FB-OCC: 3D Occupancy Prediction based on Forward-Backward View Transformation (2307.01492v1)

Published 4 Jul 2023 in cs.CV and cs.RO

Abstract: This technical report summarizes the winning solution for the 3D Occupancy Prediction Challenge, which is held in conjunction with the CVPR 2023 Workshop on End-to-End Autonomous Driving and CVPR 23 Workshop on Vision-Centric Autonomous Driving Workshop. Our proposed solution FB-OCC builds upon FB-BEV, a cutting-edge camera-based bird's-eye view perception design using forward-backward projection. On top of FB-BEV, we further study novel designs and optimization tailored to the 3D occupancy prediction task, including joint depth-semantic pre-training, joint voxel-BEV representation, model scaling up, and effective post-processing strategies. These designs and optimization result in a state-of-the-art mIoU score of 54.19% on the nuScenes dataset, ranking the 1st place in the challenge track. Code and models will be released at: https://github.com/NVlabs/FB-BEV.

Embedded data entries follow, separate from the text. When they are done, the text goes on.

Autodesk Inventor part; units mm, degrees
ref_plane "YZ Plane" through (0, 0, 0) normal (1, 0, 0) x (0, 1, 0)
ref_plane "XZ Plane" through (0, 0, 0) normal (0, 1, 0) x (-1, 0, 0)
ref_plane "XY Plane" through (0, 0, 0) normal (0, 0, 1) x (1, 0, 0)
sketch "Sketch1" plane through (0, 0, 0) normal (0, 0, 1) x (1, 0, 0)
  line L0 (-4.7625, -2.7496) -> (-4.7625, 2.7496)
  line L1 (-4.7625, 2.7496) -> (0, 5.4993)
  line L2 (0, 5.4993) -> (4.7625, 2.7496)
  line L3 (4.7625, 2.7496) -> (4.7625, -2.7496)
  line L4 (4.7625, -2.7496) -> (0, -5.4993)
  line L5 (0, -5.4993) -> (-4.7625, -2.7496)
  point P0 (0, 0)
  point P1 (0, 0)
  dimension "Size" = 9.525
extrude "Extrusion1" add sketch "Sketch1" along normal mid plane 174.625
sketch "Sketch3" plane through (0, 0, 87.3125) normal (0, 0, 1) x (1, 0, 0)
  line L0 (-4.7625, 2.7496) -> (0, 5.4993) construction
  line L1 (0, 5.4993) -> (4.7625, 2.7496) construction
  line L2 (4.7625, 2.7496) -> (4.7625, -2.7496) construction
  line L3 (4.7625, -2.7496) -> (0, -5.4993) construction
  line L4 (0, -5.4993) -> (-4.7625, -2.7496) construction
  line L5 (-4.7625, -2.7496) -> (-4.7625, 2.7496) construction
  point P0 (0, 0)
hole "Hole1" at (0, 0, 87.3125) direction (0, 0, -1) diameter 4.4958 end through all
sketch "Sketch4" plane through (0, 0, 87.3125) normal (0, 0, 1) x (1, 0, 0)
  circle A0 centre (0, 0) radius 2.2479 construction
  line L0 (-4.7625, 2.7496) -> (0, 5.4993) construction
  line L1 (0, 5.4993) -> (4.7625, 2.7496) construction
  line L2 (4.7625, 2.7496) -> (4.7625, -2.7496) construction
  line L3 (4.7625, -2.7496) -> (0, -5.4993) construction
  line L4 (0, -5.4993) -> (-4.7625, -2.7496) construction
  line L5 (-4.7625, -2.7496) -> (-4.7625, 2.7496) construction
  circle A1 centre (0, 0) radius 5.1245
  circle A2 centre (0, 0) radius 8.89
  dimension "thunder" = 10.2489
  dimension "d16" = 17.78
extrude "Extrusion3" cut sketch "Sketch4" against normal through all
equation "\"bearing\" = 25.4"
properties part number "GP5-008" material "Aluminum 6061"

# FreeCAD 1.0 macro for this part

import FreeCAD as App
import Part
import Sketcher
from FreeCAD import Vector
Q = App.Units.Quantity


def add_polygon(sketch, points):
    """Adds a closed chain of lines whose ends are joined by coincident constraints."""
    first, n = sketch.GeometryCount, len(points)
    for a, b in zip(points, points[1:] + points[:1]):
        sketch.addGeometry(Part.LineSegment(App.Vector(*a, 0), App.Vector(*b, 0)), False)
    for i in range(n):
        sketch.addConstraint(Sketcher.Constraint("Coincident", first + i, 2, first + (i + 1) % n, 1))

doc = App.newDocument("Part")
body = doc.addObject("PartDesign::Body", "Body")

# Sketch on XY plane
sketch1 = body.newObject("Sketcher::SketchObject", "Sketch")
sketch1.AttachmentSupport = (doc.getObject("XY_Plane"), [""])
sketch1.MapMode = "FlatFace"
add_polygon(sketch1, [(-4.7625, 2.7496), (-4.7625, -2.7496), (0, -5.4993), (4.7625, -2.7496), (4.7625, 2.7496), (0, 5.4993)])  # lines 0-5
sketch1.addConstraint(Sketcher.Constraint("Vertical", 0))
sketch1.addConstraint(Sketcher.Constraint("Vertical", 3))
sketch1.addConstraint(Sketcher.Constraint("Symmetric", 0, 2, 3, 2, -1, 1))
sketch1.addConstraint(Sketcher.Constraint("Symmetric", 1, 2, 4, 2, -1, 1))
sketch1.addConstraint(Sketcher.Constraint("PointOnObject", 1, 2, -2))
sketch1.addConstraint(Sketcher.Constraint("Parallel", 2, 5))
sketch1.addConstraint(Sketcher.Constraint("Horizontal", 0, 2, 2, 2))
sketch1.addConstraint(Sketcher.Constraint("Angle", 1, Q("-30.0006 deg")))
sketch1.addConstraint(Sketcher.Constraint("DistanceX", 0, 2, 2, 2, Q("0.375 in")))
sketch1.addConstraint(Sketcher.Constraint("DistanceY", 0, 2, 0, 1, Q("0.2165 in")))
pad1 = body.newObject("PartDesign::Pad", "Pad")
pad1.Profile = sketch1
pad1.Length = Q("6.875 in")
pad1.Midplane = True

# Sketch on XY plane
sketch2 = body.newObject("Sketcher::SketchObject", "Sketch001")
sketch2.AttachmentSupport = (doc.getObject("XY_Plane"), [""])
sketch2.MapMode = "FlatFace"
sketch2.AttachmentOffset = App.Placement(Vector(0, 0, 3.4375 * 25.4), App.Rotation())
sketch2.addGeometry(Part.Circle(Vector(0, 0, 0), Vector(0, 0, 1), 2.2479), False)
sketch2.addConstraint(Sketcher.Constraint("Coincident", 0, 3, -1, 1))
sketch2.addConstraint(Sketcher.Constraint("Diameter", 0, Q("0.177 in")))
doc.recompute()
hole = body.newObject("PartDesign::Hole", "Hole")
hole.Profile = sketch2
hole.ThreadType = "None"
hole.Diameter = Q("0.177 in")
hole.DepthType = "ThroughAll"

# Sketch on XY plane
sketch3 = body.newObject("Sketcher::SketchObject", "Sketch002")
sketch3.AttachmentSupport = (doc.getObject("XY_Plane"), [""])
sketch3.MapMode = "FlatFace"
sketch3.AttachmentOffset = App.Placement(Vector(0, 0, 3.4375 * 25.4), App.Rotation())
sketch3.addGeometry(Part.Circle(Vector(0, 0, 0), Vector(0, 0, 1), 8.89), False)
sketch3.addGeometry(Part.Circle(Vector(0, 0, 0), Vector(0, 0, 1), 5.1245), False)
sketch3.addConstraint(Sketcher.Constraint("Coincident", 0, 3, -1, 1))
sketch3.addConstraint(Sketcher.Constraint("Coincident", 1, 3, -1, 1))
sketch3.addConstraint(Sketcher.Constraint("Diameter", 0, Q("0.7 in")))
sketch3.addConstraint(Sketcher.Constraint("Diameter", 1, Q("0.4035 in")))
pocket1 = body.newObject("PartDesign::Pocket", "Pocket")
pocket1.Profile = sketch3
pocket1.Type = "ThroughAll"

doc.recompute()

FB-OCC: 3D Occupancy Prediction based on Forward-Backward View Transformation

The paper "FB-OCC: 3D Occupancy Prediction based on Forward-Backward View Transformation" presents a comprehensive approach to 3D occupancy prediction, showcasing state-of-the-art methodologies in the context of autonomous driving. The research addresses the task of predicting the occupancy status and semantic class of each voxel within a 3D space, crucial for the planning and perception aspects of autonomous vehicles (AVs).

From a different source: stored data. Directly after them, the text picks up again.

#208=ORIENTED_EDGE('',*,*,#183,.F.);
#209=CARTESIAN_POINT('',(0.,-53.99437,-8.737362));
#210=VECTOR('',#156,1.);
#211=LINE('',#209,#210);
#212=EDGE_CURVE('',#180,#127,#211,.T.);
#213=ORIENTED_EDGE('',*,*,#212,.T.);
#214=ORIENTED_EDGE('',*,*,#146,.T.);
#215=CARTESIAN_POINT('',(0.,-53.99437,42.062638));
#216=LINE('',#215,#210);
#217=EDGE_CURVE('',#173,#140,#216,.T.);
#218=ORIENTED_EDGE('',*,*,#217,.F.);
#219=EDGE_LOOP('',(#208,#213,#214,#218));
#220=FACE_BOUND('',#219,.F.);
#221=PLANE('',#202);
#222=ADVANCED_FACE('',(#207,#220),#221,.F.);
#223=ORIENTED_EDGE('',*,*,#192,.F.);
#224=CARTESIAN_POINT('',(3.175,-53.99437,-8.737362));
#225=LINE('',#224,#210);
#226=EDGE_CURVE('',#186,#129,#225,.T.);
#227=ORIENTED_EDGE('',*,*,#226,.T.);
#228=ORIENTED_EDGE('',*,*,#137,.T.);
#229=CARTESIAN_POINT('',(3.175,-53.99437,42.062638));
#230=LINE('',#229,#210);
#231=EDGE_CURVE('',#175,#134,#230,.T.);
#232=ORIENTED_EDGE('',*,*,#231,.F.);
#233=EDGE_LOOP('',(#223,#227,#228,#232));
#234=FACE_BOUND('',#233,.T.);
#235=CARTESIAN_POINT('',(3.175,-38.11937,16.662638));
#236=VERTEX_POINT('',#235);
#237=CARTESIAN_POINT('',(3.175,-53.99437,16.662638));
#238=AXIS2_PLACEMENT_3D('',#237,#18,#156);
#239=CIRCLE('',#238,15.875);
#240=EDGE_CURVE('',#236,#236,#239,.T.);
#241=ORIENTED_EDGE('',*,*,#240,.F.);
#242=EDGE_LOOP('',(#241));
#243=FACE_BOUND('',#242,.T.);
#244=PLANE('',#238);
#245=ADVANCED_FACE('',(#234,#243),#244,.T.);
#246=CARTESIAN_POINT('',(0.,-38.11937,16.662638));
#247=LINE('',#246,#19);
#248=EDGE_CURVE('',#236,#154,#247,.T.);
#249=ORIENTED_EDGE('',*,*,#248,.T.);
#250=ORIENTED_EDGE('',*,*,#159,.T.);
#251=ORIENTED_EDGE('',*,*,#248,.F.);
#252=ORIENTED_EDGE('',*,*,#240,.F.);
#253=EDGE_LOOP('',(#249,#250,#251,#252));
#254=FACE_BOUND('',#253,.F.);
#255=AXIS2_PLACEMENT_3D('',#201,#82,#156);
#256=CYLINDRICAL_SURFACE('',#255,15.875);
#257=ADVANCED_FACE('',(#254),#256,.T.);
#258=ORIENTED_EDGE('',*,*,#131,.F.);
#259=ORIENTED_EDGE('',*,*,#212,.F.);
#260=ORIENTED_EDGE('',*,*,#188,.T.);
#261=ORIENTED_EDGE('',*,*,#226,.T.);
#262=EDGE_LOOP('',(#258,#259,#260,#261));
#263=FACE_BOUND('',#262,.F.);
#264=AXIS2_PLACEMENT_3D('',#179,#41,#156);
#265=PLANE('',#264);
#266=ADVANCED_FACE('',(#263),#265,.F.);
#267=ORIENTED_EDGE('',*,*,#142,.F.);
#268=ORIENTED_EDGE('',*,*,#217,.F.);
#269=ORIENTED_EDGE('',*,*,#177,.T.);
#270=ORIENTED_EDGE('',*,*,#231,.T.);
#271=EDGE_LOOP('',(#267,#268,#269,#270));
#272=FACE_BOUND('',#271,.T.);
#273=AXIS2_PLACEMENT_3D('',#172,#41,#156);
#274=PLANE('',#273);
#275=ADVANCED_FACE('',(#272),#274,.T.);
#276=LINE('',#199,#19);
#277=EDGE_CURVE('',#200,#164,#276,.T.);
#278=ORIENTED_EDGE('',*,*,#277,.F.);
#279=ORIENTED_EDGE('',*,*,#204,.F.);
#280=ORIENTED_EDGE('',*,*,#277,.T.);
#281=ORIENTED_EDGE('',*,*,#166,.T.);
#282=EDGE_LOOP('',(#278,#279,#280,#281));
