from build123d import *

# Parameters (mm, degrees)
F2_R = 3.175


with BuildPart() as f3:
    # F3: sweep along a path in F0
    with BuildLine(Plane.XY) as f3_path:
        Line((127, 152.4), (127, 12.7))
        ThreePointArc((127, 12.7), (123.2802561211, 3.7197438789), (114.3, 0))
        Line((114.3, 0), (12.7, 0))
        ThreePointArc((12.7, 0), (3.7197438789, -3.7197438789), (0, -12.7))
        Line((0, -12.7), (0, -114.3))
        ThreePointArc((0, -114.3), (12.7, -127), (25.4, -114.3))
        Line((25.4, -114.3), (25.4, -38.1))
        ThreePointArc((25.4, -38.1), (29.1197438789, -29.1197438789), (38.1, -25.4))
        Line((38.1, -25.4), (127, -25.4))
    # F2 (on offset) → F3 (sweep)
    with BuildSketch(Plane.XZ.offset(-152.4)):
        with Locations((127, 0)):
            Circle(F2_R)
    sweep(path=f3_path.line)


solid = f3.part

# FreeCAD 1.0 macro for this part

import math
import FreeCAD as App
import Part
import Sketcher

V = App.Vector
Q = App.Units.Quantity

doc = App.newDocument("Part")
params = doc.addObject("Spreadsheet::Sheet", "Params")
for row, (alias, value) in enumerate([
    ("sketch1_diameter", "0.25 in"),
    ("sketch2_radius", "0.5 in"),
    ("sketch2_width", "4 in"),
    ("sketch2_height", "3 in"),
    ("sketch2_height2", "5.5 in"),
], start=1):
    params.set(f"A{row}", alias)
    params.set(f"B{row}", "=" + value)
    params.setAlias(f"B{row}", alias)

body = doc.addObject("PartDesign::Body", "Body")

# Sketch on XZ plane
sketch1 = body.newObject("Sketcher::SketchObject", "Sketch")
sketch1.AttachmentSupport = (doc.getObject("XZ_Plane"), [""])
sketch1.MapMode = "FlatFace"
sketch1.AttachmentOffset = App.Placement(V(0, 0, -6 * 25.4), App.Rotation())
sketch1.addGeometry(Part.Circle(V(127, 0, 0), V(0, 0, 1), 3.2), False)
sketch1.addConstraint(Sketcher.Constraint("PointOnObject", 0, 3, -1))
sketch1.addConstraint(Sketcher.Constraint("Diameter", 0, Q("0.25 in")))
sketch1.addConstraint(Sketcher.Constraint("DistanceX", -1, 1, 0, 3, Q("5 in")))
sketch1.setExpression("Constraints[1]", "Params.sketch1_diameter")

# Sketch on XY plane
sketch2 = body.newObject("Sketcher::SketchObject", "Sketch001")
sketch2.AttachmentSupport = (doc.getObject("XY_Plane"), [""])
sketch2.MapMode = "FlatFace"
sketch2.addGeometry(Part.LineSegment(V(127, 152, 0), V(127, 13, 0)), False)
sketch2.addGeometry(Part.ArcOfCircle(Part.Circle(V(114, 13, 0), V(0, 0, 1), 13), math.radians(-90), math.radians(0)), False)
sketch2.addGeometry(Part.LineSegment(V(114, 0, 0), V(13, 0, 0)), False)
sketch2.addGeometry(Part.ArcOfCircle(Part.Circle(V(13, -13, 0), V(0, 0, 1), 13), math.radians(90), math.radians(180)), False)
sketch2.addGeometry(Part.LineSegment(V(0, -13, 0), V(0, -114, 0)), False)
sketch2.addGeometry(Part.ArcOfCircle(Part.Circle(V(13, -114, 0), V(0, 0, 1), 13), math.radians(180), math.radians(360)), False)
sketch2.addGeometry(Part.LineSegment(V(25, -114, 0), V(25, -38, 0)), False)
sketch2.addGeometry(Part.ArcOfCircle(Part.Circle(V(38, -38, 0), V(0, 0, 1), 13), math.radians(90), math.radians(180)), False)
sketch2.addGeometry(Part.LineSegment(V(38, -25, 0), V(127, -25, 0)), False)
sketch2.addConstraint(Sketcher.Constraint("Tangent", 0, 2, 1, 2))
sketch2.addConstraint(Sketcher.Constraint("Tangent", 1, 1, 2, 1))
sketch2.addConstraint(Sketcher.Constraint("Tangent", 2, 2, 3, 1))
sketch2.addConstraint(Sketcher.Constraint("Tangent", 3, 2, 4, 1))
sketch2.addConstraint(Sketcher.Constraint("Tangent", 4, 2, 5, 1))
sketch2.addConstraint(Sketcher.Constraint("Tangent", 5, 2, 6, 1))
sketch2.addConstraint(Sketcher.Constraint("Tangent", 6, 2, 7, 2))
sketch2.addConstraint(Sketcher.Constraint("Tangent", 7, 1, 8, 1))
sketch2.addConstraint(Sketcher.Constraint("Vertical", 0))
sketch2.addConstraint(Sketcher.Constraint("Horizontal", 2))
sketch2.addConstraint(Sketcher.Constraint("Vertical", 4))
sketch2.addConstraint(Sketcher.Constraint("Vertical", 6))
sketch2.addConstraint(Sketcher.Constraint("Horizontal", 8))
sketch2.addConstraint(Sketcher.Constraint("Equal", 1, 3))
sketch2.addConstraint(Sketcher.Constraint("Equal", 3, 5))
sketch2.addConstraint(Sketcher.Constraint("Equal", 5, 7))
sketch2.addConstraint(Sketcher.Constraint("PointOnObject", 1, 1, -1))
sketch2.addConstraint(Sketcher.Constraint("PointOnObject", 3, 2, -2))
sketch2.addConstraint(Sketcher.Constraint("Vertical", 0, 2, 8, 2))
sketch2.addConstraint(Sketcher.Constraint("Equal", 2, 4))
sketch2.addConstraint(Sketcher.Constraint("Radius", 1, Q("0.5 in")))
sketch2.addConstraint(Sketcher.Constraint("DistanceX", 2, 2, 2, 1, Q("4 in")))
sketch2.addConstraint(Sketcher.Constraint("DistanceY", 6, 1, 6, 2, Q("3 in")))
sketch2.addConstraint(Sketcher.Constraint("DistanceY", 0, 2, 0, 1, Q("5.5 in")))
sketch2.setExpression("Constraints[20]", "Params.sketch2_radius")
sketch2.setExpression("Constraints[21]", "Params.sketch2_width")
sketch2.setExpression("Constraints[22]", "Params.sketch2_height")
sketch2.setExpression("Constraints[23]", "Params.sketch2_height2")
doc.recompute()

additivepipe = body.newObject("PartDesign::AdditivePipe", "AdditivePipe")
additivepipe.Profile = sketch1
additivepipe.Spine = (sketch2, ["Edge1", "Edge2", "Edge3", "Edge4", "Edge5", "Edge6", "Edge7", "Edge8", "Edge9"])

doc.recompute()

Overview of FB-OCC Solution

The FB-OCC model builds on FB-BEV, a sophisticated bird's-eye view (BEV) perception framework. It leverages forward-backward projection to enhance 3D vision from camera inputs. Notably, the paper explores advancements through:

  1. Joint Depth-Semantic Pre-training: Combining depth estimation with semantic segmentation to enrich geometrical and semantic understanding.
  2. Joint Voxel-BEV Representation: Merging voxel-level data with BEV features for refined occupancy prediction.
  3. Model Scaling and Optimization: Scaling the model while addressing conventional overfitting issues typical in large 3D perception models.
  4. Effective Post-Processing Strategies: Including test-time augmentation and ensemble techniques for performance enhancement.

Methodological Insights

Model Design

FB-OCC integrates both forward and backward projection strategies into a cohesive framework, improving model perception by exploiting the strengths of each approach. The method begins with forward projection to derive an initial voxel representation and continues with backward projection to refine these representations using BEV features. This duality yields a robust understanding of the 3D space, critical for occupancy prediction.

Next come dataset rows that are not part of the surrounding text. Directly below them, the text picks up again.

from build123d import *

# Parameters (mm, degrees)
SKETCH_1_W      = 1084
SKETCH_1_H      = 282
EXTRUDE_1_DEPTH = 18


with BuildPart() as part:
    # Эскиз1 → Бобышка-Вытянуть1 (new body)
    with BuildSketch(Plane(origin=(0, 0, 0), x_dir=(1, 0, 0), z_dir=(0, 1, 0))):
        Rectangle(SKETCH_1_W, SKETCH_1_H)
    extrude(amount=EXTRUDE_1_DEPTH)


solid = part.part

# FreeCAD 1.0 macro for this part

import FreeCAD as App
import Part
import Sketcher
from FreeCAD import Vector

doc = App.newDocument("Part")
body = doc.addObject("PartDesign::Body", "Body")

sketch1 = body.newObject("Sketcher::SketchObject", "Sketch")
sketch1.AttachmentSupport = (doc.getObject("XZ_Plane"), [""])
sketch1.MapMode = "FlatFace"
sketch1.addGeometry(Part.LineSegment(Vector(-542, -141, 0), Vector(-542, 141, 0)), False)
sketch1.addGeometry(Part.LineSegment(Vector(-542, 141, 0), Vector(542, 141, 0)), False)
sketch1.addGeometry(Part.LineSegment(Vector(542, 141, 0), Vector(542, -141, 0)), False)
sketch1.addGeometry(Part.LineSegment(Vector(542, -141, 0), Vector(-542, -141, 0)), False)
sketch1.addConstraint(Sketcher.Constraint("Coincident", 0, 2, 1, 1))
sketch1.addConstraint(Sketcher.Constraint("Coincident", 1, 2, 2, 1))
sketch1.addConstraint(Sketcher.Constraint("Coincident", 2, 2, 3, 1))
sketch1.addConstraint(Sketcher.Constraint("Coincident", 3, 2, 0, 1))
sketch1.addConstraint(Sketcher.Constraint("Vertical", 0))
sketch1.addConstraint(Sketcher.Constraint("Horizontal", 1))
sketch1.addConstraint(Sketcher.Constraint("Vertical", 2))
sketch1.addConstraint(Sketcher.Constraint("Horizontal", 3))
sketch1.addConstraint(Sketcher.Constraint("Symmetric", 0, 2, 2, 2, -1, 1))
sketch1.addConstraint(Sketcher.Constraint("DistanceX", 1, 1, 1, 2, 1084.0))
sketch1.addConstraint(Sketcher.Constraint("DistanceY", 0, 1, 0, 2, 282.0))
pad1 = body.newObject("PartDesign::Pad", "Pad")
pad1.Profile = sketch1
pad1.Length = 18
pad1.Reversed = True

doc.recompute()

Model Scaling and Pre-Training

To address scaling challenges, FB-OCC employs the InternImage-H backbone, containing one billion parameters, highlighting the utility of extensive pre-training on large datasets like Object365. This enhances both semantic perception and geometrical awareness, achieved through tailored pre-training on tasks such as depth estimation aligned with semantic segmentation.

Post-Processing Techniques

Test-time augmentation and ensemble strategies play a vital role in the post-processing phase. By averaging predictions from various augmented scenarios and combining different models, the approach counters distance-induced accuracy degradation, achieving a significant improvement in mIoU scores.

Experimental Outcomes

The research substantiates its claims through robust experimental evaluations using the nuScenes dataset. The proposed FB-OCC model achieved a leading mIoU score of 54.19%, outperforming existing models and securing the top position in the 3D Occupancy Prediction Challenge.

Implications and Future Work

While the FB-OCC method illustrates the potential for enhanced AV perception, this work invites further exploration into scalable models that maintain efficiency without compromising on detail. The findings also underscore the growing importance of integrating large-scale 2D pre-training with 3D tasks, suggesting avenues for further advancements in semantic understanding and geometry consistency in AV systems.

Future developments could focus on refining model interpretation in complex scenarios and minimizing computational demands through optimized frameworks, potentially integrating multi-sensor data for enriched spatial understanding.

In conclusion, the research in FB-OCC makes significant contributions to the field of autonomous driving, emphasizing the role of sophisticated view transformation and extensive pre-training in enhancing 3D occupancy prediction. Its implications are far-reaching, offering valuable insights for researchers and industry practitioners aiming to advance autonomous vehicle technologies.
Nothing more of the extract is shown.